═══ Records provided

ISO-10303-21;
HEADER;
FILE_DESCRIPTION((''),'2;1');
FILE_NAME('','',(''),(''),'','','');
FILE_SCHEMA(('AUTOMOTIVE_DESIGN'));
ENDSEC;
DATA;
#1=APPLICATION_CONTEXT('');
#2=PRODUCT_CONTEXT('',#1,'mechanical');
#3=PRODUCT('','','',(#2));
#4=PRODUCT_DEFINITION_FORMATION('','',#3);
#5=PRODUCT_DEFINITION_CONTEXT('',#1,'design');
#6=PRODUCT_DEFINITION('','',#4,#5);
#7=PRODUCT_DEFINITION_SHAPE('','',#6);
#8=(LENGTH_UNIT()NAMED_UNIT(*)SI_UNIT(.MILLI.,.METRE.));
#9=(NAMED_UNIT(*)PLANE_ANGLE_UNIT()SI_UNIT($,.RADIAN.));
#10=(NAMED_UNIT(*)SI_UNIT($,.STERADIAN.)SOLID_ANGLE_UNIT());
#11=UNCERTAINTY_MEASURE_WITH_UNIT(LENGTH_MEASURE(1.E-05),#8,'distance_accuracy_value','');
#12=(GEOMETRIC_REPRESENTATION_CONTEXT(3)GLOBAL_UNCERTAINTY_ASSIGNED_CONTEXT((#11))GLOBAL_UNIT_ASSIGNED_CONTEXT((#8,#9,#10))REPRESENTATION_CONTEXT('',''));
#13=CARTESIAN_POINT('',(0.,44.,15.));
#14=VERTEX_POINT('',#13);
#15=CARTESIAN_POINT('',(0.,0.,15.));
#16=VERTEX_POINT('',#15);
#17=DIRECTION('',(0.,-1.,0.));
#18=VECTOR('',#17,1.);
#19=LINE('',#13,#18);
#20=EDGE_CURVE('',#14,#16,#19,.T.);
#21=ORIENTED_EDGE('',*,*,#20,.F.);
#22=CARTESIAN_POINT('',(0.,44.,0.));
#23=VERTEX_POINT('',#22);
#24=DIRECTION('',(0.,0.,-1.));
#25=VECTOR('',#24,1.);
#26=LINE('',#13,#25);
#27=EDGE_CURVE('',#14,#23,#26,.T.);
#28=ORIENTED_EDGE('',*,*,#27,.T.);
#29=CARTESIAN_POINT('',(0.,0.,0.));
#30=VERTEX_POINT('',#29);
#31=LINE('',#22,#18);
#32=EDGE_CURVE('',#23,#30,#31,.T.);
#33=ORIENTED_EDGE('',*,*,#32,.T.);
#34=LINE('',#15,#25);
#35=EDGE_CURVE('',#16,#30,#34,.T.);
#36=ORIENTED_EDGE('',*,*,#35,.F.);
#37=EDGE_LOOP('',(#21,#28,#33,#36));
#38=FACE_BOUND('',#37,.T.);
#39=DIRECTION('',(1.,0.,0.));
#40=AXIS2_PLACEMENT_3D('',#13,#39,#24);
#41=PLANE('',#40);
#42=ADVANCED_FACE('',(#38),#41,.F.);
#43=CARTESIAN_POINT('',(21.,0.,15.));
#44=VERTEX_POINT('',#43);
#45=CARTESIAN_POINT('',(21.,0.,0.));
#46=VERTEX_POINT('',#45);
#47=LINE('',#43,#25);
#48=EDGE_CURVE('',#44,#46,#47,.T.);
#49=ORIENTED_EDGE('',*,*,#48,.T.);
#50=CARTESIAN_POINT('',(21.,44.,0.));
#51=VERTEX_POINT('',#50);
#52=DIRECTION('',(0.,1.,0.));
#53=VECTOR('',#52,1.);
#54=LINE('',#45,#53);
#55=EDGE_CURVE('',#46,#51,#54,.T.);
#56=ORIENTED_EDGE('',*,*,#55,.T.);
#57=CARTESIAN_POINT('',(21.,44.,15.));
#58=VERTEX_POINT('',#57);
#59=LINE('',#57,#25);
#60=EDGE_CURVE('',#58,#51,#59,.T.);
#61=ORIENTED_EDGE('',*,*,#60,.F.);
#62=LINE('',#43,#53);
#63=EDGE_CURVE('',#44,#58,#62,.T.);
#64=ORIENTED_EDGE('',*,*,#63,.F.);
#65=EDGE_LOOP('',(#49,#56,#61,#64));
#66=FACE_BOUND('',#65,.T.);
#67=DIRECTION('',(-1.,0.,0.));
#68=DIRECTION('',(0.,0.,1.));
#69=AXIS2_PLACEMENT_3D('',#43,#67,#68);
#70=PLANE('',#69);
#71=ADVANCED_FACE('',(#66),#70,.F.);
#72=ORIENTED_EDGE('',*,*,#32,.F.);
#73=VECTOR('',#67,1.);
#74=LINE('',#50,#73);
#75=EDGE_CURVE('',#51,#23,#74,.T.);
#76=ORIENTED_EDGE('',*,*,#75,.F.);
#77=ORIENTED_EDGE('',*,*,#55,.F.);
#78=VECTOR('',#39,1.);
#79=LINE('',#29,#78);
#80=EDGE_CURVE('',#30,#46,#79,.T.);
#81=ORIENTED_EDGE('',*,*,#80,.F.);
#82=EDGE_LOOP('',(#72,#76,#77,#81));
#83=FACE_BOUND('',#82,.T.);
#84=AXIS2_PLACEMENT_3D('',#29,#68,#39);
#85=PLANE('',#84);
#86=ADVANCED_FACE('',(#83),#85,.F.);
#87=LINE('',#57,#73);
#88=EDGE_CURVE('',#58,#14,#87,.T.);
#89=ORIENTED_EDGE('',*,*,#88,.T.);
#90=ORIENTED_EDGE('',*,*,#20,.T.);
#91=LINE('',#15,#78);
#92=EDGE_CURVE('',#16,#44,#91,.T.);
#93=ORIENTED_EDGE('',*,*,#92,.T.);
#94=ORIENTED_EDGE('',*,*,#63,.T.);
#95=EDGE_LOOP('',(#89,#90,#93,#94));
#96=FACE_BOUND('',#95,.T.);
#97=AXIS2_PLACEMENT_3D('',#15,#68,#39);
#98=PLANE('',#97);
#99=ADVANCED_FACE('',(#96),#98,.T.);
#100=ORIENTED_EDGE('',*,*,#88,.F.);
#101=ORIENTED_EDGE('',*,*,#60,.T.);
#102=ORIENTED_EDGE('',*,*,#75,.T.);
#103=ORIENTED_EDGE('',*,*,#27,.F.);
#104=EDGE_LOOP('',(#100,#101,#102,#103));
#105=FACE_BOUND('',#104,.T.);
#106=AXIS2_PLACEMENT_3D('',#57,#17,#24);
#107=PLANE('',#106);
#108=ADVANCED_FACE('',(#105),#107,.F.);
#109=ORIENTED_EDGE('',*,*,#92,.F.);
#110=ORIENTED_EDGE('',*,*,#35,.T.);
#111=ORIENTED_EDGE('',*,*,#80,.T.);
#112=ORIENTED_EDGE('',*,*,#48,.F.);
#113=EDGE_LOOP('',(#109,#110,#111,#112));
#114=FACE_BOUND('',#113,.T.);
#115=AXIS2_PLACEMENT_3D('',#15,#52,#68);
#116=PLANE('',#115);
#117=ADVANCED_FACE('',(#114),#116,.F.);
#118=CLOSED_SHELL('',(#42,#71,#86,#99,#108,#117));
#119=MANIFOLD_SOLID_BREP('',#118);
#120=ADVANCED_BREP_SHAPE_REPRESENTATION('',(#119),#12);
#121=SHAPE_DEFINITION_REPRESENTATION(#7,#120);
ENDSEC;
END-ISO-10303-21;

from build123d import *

# Parameters (mm, degrees)
SKETCH_1_W         = 21
SKETCH_1_H         = 44
SIDE_ADAPTER_DEPTH = 15


with BuildPart() as part:
    # 草图1 → Side_adapter (new body)
    with BuildSketch(Plane.XY):
        with Locations((10.5, 22)):
            Rectangle(SKETCH_1_W, SKETCH_1_H)
    extrude(amount=SIDE_ADAPTER_DEPTH)


solid = part.part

══════

• Assignment: The lines above, starting at the one with "#77=ORIENTED_EDGE('',*,*,#55,.F.);" and ending at the one with "#87=LINE('',#57,#73);", are the only ones to return, exactly as written.

• Response below:
#77=ORIENTED_EDGE('',*,*,#55,.F.);
#78=VECTOR('',#39,1.);
#79=LINE('',#29,#78);
#80=EDGE_CURVE('',#30,#46,#79,.T.);
#81=ORIENTED_EDGE('',*,*,#80,.F.);
#82=EDGE_LOOP('',(#72,#76,#77,#81));
#83=FACE_BOUND('',#82,.T.);
#84=AXIS2_PLACEMENT_3D('',#29,#68,#39);
#85=PLANE('',#84);
#86=ADVANCED_FACE('',(#83),#85,.F.);
#87=LINE('',#57,#73);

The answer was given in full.